A can of sugar-sweetened beverage (12 fl oz or 368g):

1)    typically contains about 130-150 kcal

2)    more than 90% of calories comes from non-milk extrinsic sugar (NMES)

3)    The NMES is commonly in a form of sucrose or high-fructose corn syrup.

4)    The micronutrient content in SSB is mostly negligible, hence the term 'empty calories'.


Sugar facts

1)     Humans do not need to consume sugar-sweetened beverages to function normally

2)    Your body can get all the sugar it needs for daily living from the carbohydrates in a well-balanced diet.

3)    Excessive sugar you consume is stored as body fat.


Consequences of excessive SSB intake

1)    Drinking too much SSB may displace other essential nutrients. This can lead to vitamins deficiency.

2)    SSB has a strong link with dental carries which can lead to pain, loss of teeth, loss of self-confidence and self-esteem.

3)    Increased risk of obesity:

  • Individual with obesity has an increased risk of diabetes, heart disease, stroke and cancer.

4)    Increased risk of diabetes:

  • Diabetes leads to an increased risk of heart disease, stroke and kidney failure. 
  • Diabetes is the single biggest cause of blindness in Brunei Darussalam.
  • Diabetes is the third top killer in Brunei Darussalam (Health Information Booklet, 2016)
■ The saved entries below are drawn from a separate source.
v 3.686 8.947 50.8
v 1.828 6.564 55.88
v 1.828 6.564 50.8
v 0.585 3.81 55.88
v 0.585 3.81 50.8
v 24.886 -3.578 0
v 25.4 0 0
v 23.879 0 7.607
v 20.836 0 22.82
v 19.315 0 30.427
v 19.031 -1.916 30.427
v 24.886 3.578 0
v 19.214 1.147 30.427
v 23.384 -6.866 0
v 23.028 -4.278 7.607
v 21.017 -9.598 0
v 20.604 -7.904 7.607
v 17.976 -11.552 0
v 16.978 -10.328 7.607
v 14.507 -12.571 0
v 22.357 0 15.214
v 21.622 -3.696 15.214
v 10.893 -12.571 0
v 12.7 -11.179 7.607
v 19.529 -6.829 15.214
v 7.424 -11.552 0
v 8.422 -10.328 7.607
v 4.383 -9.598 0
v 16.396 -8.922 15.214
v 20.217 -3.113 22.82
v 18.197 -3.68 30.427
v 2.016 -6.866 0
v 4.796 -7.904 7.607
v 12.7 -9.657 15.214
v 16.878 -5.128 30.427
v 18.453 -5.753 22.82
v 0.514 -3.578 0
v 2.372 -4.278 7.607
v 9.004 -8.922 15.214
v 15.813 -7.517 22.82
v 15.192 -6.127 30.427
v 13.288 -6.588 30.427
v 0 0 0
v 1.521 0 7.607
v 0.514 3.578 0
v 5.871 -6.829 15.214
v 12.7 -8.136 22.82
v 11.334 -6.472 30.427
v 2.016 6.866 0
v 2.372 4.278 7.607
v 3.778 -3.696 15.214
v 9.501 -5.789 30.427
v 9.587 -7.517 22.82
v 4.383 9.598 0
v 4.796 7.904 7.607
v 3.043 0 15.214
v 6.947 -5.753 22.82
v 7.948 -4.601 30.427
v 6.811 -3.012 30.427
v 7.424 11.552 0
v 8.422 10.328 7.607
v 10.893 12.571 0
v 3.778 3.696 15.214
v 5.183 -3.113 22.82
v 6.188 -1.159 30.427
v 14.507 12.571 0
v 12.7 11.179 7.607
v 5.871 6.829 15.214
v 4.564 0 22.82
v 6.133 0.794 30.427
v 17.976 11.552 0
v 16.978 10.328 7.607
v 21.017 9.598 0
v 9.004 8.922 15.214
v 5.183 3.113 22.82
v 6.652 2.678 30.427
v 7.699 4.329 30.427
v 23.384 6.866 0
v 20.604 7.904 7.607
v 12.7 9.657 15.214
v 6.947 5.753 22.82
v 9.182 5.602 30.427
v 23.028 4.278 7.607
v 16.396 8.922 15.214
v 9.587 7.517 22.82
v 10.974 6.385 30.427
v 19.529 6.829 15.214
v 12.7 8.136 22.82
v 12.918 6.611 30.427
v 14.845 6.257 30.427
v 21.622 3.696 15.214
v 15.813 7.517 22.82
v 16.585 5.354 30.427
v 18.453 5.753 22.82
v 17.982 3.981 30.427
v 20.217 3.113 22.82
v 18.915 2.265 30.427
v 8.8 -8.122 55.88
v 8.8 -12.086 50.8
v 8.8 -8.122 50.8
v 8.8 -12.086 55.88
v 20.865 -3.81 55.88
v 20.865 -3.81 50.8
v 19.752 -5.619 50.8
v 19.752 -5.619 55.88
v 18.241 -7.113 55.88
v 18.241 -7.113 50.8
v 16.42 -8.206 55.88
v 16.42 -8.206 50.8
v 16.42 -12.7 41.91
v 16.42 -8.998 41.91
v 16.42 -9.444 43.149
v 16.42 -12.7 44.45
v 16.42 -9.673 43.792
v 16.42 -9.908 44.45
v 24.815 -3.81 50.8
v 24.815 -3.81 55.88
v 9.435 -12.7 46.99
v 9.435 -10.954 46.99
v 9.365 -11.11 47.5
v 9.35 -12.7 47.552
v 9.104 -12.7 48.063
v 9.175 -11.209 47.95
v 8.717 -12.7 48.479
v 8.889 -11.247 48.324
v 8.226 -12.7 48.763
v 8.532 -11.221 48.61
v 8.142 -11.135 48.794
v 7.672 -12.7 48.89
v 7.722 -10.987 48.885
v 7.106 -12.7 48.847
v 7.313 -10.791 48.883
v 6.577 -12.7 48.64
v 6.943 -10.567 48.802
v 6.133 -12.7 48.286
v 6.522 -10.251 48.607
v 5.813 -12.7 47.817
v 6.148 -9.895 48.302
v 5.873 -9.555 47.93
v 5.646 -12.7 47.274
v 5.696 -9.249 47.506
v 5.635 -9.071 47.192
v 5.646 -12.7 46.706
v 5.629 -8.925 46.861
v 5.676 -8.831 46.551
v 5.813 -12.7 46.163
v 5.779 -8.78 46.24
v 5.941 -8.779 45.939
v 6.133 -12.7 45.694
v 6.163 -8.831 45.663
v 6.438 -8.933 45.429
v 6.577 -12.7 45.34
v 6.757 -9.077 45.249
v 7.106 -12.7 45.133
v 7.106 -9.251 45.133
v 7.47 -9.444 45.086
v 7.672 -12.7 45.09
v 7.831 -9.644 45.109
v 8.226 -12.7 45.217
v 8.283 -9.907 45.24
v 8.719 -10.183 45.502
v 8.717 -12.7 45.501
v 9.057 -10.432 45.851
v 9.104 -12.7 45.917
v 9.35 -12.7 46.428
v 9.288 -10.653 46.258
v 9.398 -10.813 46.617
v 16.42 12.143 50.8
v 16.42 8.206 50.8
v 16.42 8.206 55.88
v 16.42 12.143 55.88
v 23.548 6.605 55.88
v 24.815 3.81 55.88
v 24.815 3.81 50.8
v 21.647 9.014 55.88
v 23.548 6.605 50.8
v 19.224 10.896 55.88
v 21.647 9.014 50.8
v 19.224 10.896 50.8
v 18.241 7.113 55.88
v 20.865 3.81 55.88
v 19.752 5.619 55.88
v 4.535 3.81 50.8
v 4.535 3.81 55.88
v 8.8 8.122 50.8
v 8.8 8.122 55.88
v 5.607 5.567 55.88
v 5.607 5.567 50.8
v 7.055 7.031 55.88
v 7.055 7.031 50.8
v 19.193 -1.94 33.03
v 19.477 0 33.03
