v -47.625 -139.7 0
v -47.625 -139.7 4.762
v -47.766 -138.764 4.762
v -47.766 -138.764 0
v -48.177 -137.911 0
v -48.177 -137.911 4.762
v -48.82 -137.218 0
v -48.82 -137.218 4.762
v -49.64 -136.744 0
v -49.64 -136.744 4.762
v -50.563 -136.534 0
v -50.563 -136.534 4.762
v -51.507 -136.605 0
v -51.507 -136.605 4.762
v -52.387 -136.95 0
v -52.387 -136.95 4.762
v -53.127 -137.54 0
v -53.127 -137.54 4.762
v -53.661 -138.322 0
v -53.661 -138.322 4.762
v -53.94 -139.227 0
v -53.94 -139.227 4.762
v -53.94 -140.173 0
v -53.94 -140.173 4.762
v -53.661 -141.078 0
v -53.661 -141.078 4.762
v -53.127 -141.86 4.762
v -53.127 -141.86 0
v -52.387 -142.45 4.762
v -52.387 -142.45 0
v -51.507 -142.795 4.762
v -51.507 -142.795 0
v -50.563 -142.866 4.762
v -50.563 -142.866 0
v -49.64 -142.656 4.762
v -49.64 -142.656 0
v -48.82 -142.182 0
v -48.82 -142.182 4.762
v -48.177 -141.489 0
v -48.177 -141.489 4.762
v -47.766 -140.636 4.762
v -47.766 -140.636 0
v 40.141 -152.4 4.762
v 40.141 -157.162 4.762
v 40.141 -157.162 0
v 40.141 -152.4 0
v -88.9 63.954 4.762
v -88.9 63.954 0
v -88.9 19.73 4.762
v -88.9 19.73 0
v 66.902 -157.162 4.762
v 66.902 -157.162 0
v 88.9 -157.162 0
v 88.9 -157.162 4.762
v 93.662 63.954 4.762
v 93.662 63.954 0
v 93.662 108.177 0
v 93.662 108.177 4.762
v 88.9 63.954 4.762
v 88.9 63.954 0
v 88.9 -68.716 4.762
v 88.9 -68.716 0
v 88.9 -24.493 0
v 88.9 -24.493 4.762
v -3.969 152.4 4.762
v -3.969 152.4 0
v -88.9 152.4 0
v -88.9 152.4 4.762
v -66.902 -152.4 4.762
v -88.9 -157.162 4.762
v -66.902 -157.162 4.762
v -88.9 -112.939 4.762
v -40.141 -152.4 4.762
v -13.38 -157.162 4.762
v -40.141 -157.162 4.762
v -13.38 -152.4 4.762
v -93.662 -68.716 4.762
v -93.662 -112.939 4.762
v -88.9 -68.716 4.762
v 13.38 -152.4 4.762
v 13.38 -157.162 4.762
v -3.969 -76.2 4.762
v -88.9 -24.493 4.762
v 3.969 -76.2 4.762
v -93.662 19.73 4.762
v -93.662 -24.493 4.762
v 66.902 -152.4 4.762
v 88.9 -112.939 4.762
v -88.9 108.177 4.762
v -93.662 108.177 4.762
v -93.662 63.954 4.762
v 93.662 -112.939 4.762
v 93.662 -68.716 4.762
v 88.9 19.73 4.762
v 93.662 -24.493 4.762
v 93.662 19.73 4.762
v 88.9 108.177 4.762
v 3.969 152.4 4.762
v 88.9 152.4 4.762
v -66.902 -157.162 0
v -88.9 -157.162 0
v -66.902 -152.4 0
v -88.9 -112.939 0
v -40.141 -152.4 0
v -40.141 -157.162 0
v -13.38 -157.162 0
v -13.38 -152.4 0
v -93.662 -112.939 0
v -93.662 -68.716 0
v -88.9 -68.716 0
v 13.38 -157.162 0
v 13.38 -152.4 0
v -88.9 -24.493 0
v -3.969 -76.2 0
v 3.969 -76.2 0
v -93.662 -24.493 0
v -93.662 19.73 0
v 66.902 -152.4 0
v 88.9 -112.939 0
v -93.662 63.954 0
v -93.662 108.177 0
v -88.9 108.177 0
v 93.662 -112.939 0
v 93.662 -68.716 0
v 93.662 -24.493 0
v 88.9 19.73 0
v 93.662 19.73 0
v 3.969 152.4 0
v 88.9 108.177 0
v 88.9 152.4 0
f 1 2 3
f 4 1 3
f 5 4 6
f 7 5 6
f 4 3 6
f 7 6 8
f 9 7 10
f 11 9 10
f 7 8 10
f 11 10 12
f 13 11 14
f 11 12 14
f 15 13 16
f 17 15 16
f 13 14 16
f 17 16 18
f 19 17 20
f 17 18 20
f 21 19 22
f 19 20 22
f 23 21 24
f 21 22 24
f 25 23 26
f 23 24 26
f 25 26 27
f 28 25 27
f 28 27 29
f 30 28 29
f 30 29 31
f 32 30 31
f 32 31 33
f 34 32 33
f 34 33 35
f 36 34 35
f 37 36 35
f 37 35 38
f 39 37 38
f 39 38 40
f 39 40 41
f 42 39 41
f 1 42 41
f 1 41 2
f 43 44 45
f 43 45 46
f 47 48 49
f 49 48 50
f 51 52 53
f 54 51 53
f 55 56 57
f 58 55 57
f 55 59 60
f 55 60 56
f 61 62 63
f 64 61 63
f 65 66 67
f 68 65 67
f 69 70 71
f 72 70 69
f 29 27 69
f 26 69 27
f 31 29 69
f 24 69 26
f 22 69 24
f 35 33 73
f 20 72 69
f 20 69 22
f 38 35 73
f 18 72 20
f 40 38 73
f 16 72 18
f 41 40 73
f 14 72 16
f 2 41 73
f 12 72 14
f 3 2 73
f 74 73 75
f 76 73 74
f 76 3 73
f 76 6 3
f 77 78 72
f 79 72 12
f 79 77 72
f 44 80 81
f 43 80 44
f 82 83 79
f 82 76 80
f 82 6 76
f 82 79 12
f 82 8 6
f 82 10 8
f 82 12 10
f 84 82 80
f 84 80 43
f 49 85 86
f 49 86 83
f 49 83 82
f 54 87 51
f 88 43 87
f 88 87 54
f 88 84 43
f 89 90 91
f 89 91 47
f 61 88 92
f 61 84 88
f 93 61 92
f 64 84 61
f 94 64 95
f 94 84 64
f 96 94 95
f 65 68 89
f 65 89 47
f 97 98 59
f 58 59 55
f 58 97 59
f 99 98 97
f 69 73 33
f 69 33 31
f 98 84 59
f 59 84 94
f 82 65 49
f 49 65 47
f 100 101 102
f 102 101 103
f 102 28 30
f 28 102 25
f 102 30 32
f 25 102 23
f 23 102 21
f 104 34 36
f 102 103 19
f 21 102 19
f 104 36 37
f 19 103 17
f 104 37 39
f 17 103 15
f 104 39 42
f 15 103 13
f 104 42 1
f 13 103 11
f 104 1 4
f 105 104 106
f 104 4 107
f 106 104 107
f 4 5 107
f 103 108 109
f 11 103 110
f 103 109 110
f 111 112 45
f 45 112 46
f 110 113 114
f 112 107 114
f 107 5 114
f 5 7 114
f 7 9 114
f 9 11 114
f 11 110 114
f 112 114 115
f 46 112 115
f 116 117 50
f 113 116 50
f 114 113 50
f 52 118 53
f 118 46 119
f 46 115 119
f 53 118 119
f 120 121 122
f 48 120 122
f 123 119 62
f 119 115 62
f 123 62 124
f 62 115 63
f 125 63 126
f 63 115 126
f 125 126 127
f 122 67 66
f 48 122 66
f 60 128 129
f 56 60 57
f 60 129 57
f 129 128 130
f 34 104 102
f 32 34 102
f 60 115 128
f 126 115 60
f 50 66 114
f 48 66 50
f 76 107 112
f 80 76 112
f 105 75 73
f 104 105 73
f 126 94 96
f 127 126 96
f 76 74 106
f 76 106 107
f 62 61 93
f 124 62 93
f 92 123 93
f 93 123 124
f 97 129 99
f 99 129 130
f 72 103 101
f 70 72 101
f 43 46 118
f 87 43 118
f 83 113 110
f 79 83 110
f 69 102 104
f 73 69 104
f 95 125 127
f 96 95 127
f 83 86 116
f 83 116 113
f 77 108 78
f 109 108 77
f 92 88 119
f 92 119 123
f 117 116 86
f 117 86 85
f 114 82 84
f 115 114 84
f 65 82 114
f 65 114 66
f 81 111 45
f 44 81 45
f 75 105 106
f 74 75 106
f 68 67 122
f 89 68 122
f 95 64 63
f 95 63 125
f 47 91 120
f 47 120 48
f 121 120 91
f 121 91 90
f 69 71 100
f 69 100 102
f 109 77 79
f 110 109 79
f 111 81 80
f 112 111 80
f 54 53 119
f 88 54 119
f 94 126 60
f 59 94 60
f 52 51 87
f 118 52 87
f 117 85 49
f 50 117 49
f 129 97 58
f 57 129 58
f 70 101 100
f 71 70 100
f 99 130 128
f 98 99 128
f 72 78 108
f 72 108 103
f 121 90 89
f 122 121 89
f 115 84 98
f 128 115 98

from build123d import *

# Parameters (mm, degrees)
SKETCH2_W           = 4.7625
SKETCH2_H           = 44.223214285
SKETCH2_H_2         = 44.223214286
SKETCH2_W_2         = 21.998214286
SKETCH2_H_3         = 4.7625
SKETCH2_W_3         = 26.760714286
BOSS_EXTRUDE1_DEPTH = 4.7625
SKETCH3_W           = 7.9375
SKETCH3_H           = 228.6
CUT_EXTRUDE1_DEPTH  = 184.017476539
SKETCH4_R           = 3.175
CUT_EXTRUDE2_DEPTH  = 184.017476539


with BuildPart() as part:
    # Sketch2 → Boss-Extrude1 (new body)
    with BuildSketch(Plane.XY):
        Polygon((0, -152.4), (0, 152.4), (-88.9, 152.4), (-88.9, 108.176785714), (-88.9, 63.953571429), (-88.9, 19.730357143), (-88.9, -24.492857143), (-88.9, -68.716071429), (-88.9, -112.939285714), (-88.9, -152.4), (-66.901785714, -152.4), (-40.141071429, -152.4), (-13.380357143, -152.4), align=None)
        Polygon((88.9, 152.4), (0, 152.4), (0, -152.4), (13.380357143, -152.4), (40.141071429, -152.4), (66.901785714, -152.4), (88.9, -152.4), (88.9, -112.939285714), (88.9, -68.716071429), (88.9, -24.492857143), (88.9, 19.730357143), (88.9, 63.953571429), (88.9, 108.176785714), align=None)
        with Locations((-91.28125, 86.065178572)):
            Rectangle(SKETCH2_W, SKETCH2_H)
        with Locations((-91.28125, -2.38125)):
            Rectangle(SKETCH2_W, SKETCH2_H_2)
        with Locations((-91.28125, -90.827678572)):
            Rectangle(SKETCH2_W, SKETCH2_H)
        with Locations((-77.900892857, -154.78125)):
            Rectangle(SKETCH2_W_2, SKETCH2_H_3)
        with Locations((-26.760714286, -154.78125)):
            Rectangle(SKETCH2_W_3, SKETCH2_H_3)
        with Locations((26.760714286, -154.78125)):
            Rectangle(SKETCH2_W_3, SKETCH2_H_3)
        with Locations((91.28125, -90.827678572)):
            Rectangle(SKETCH2_W, SKETCH2_H)
        with Locations((91.28125, -2.38125)):
            Rectangle(SKETCH2_W, SKETCH2_H_2)
        with Locations((91.28125, 86.065178572)):
            Rectangle(SKETCH2_W, SKETCH2_H)
        with Locations((77.900892857, -154.78125)):
            Rectangle(SKETCH2_W_2, SKETCH2_H_3)
    extrude(amount=BOSS_EXTRUDE1_DEPTH)

    # Sketch3 → Cut-Extrude1 (cut, through all)
    with BuildSketch(Plane.XY.offset(4.7625)):
        with Locations((0, 38.1)):
            Rectangle(SKETCH3_W, SKETCH3_H)
    extrude(amount=-CUT_EXTRUDE1_DEPTH, mode=Mode.SUBTRACT)

    # Sketch4 → Cut-Extrude2 (cut, through all)
    with BuildSketch(Plane.XY.offset(4.7625)):
        with Locations((-50.8, -139.7)):
            Circle(SKETCH4_R)
    extrude(amount=-CUT_EXTRUDE2_DEPTH, mode=Mode.SUBTRACT)


solid = part.part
5)    The combination of obesity and diabetes make other complications such as heart disease, stroke and kidney problems even more difficult to treat.
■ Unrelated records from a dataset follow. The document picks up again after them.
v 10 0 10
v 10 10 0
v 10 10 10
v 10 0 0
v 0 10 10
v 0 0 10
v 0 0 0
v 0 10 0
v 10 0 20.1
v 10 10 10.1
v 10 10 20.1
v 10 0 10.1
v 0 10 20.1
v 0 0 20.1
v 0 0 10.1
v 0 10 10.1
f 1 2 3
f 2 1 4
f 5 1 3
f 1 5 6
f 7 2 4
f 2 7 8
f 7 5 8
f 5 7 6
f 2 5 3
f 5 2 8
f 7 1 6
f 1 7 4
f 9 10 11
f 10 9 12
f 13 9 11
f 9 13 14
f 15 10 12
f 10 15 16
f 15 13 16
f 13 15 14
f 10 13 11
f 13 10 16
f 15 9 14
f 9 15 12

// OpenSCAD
gap = 0.1;

cube(10);
translate([0, 0, 10 + gap]) {
	cube(10);
}
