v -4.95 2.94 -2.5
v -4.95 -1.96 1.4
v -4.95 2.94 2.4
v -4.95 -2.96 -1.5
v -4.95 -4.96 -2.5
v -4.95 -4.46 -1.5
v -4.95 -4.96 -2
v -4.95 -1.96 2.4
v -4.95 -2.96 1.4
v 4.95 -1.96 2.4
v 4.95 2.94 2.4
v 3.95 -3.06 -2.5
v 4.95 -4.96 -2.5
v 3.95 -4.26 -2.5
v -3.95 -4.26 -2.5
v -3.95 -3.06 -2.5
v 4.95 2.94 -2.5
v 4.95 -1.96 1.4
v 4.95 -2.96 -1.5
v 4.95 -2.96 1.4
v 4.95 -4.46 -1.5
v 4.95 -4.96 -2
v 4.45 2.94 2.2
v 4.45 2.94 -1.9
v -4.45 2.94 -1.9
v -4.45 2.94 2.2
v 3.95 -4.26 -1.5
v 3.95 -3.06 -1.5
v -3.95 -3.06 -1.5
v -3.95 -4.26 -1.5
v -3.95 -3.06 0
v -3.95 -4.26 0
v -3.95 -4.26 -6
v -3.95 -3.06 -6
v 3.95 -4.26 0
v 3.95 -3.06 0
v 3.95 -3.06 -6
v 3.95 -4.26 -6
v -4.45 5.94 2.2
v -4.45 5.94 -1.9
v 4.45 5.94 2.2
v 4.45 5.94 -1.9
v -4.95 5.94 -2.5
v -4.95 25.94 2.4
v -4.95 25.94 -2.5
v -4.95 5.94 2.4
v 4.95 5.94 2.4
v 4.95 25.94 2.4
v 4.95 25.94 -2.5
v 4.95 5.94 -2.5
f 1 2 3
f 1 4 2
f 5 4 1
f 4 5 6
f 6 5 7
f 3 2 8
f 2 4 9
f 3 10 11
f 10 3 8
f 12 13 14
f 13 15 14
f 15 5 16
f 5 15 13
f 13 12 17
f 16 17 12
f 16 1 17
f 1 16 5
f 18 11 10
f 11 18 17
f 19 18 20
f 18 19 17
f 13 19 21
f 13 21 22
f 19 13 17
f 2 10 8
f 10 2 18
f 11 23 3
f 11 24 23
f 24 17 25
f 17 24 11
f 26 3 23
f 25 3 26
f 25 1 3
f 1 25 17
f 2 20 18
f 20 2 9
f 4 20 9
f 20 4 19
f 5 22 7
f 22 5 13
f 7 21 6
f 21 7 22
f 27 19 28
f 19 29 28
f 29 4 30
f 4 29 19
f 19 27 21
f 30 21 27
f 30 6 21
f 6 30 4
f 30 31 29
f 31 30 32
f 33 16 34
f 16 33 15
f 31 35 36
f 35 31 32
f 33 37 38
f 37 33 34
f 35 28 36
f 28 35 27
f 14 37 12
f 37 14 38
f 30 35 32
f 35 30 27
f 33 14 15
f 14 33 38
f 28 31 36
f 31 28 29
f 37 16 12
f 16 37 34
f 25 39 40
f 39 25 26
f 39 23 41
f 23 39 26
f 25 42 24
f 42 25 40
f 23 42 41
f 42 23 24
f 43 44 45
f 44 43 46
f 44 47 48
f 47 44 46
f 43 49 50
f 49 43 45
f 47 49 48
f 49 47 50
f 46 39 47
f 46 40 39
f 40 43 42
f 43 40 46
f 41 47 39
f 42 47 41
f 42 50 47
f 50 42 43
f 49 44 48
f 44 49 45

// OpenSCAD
N=3;
A=2.4+N*2.5;
rotate([0,0,180])
translate([-A/2,-2.94,-2.5])
{
	cube([A,4.9,4.9]);
	cube([A,5.9,3.9]);
	hull()
	{
		cube([A,7.4,1]);
		cube([A,7.9,0.5]);
	}
	translate([1,6,-3.5])cube([A-2,1.2,6]);
	// Plug
	translate([0.5,-20,0.6])cube([A-1,21,4.1]);
	translate([0,-23,0])cube([A,20,4.9]);
}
Reduce Intake of Sugary Foods and Beverages 

Key recommendation 1:  Limit intake of sugar-sweetened beverages. 

  • Water is the best choice– drink at least eight glasses (2 litre) of water a day.
  • Avoid or limit drinks with high sugar (ie containing more than 6 grams of sugar per 100mls).
  • Read nutrition information panel on packaging and compare products
  • Choose drinks with the 'Healthier Choice' logo or symbol
  • Limit your intake of fruit juice or smoothies to 120ml a day.
  • Eat whole fruit instead of drinking fruit juice


Key recommendation 2: Limit intake of sugary foods. 

  • Choose fruits and vegetables  instead of sugary foods.
  • High sugary foods such as confectionaries, chocolate, ice cream, kuih, sweets, honey and candies should only be consumed as occasional treats or taken in small amount.
  • Choose unsweetened wholegrain breakfast cereals instead of sugar-coated cereals.
  • Choose reduced sugar jam and spread.
  • Avoid using sugar as flavour enhancer in cooking.


Key recommendation 3: Drink at least eight glasses of water a day. 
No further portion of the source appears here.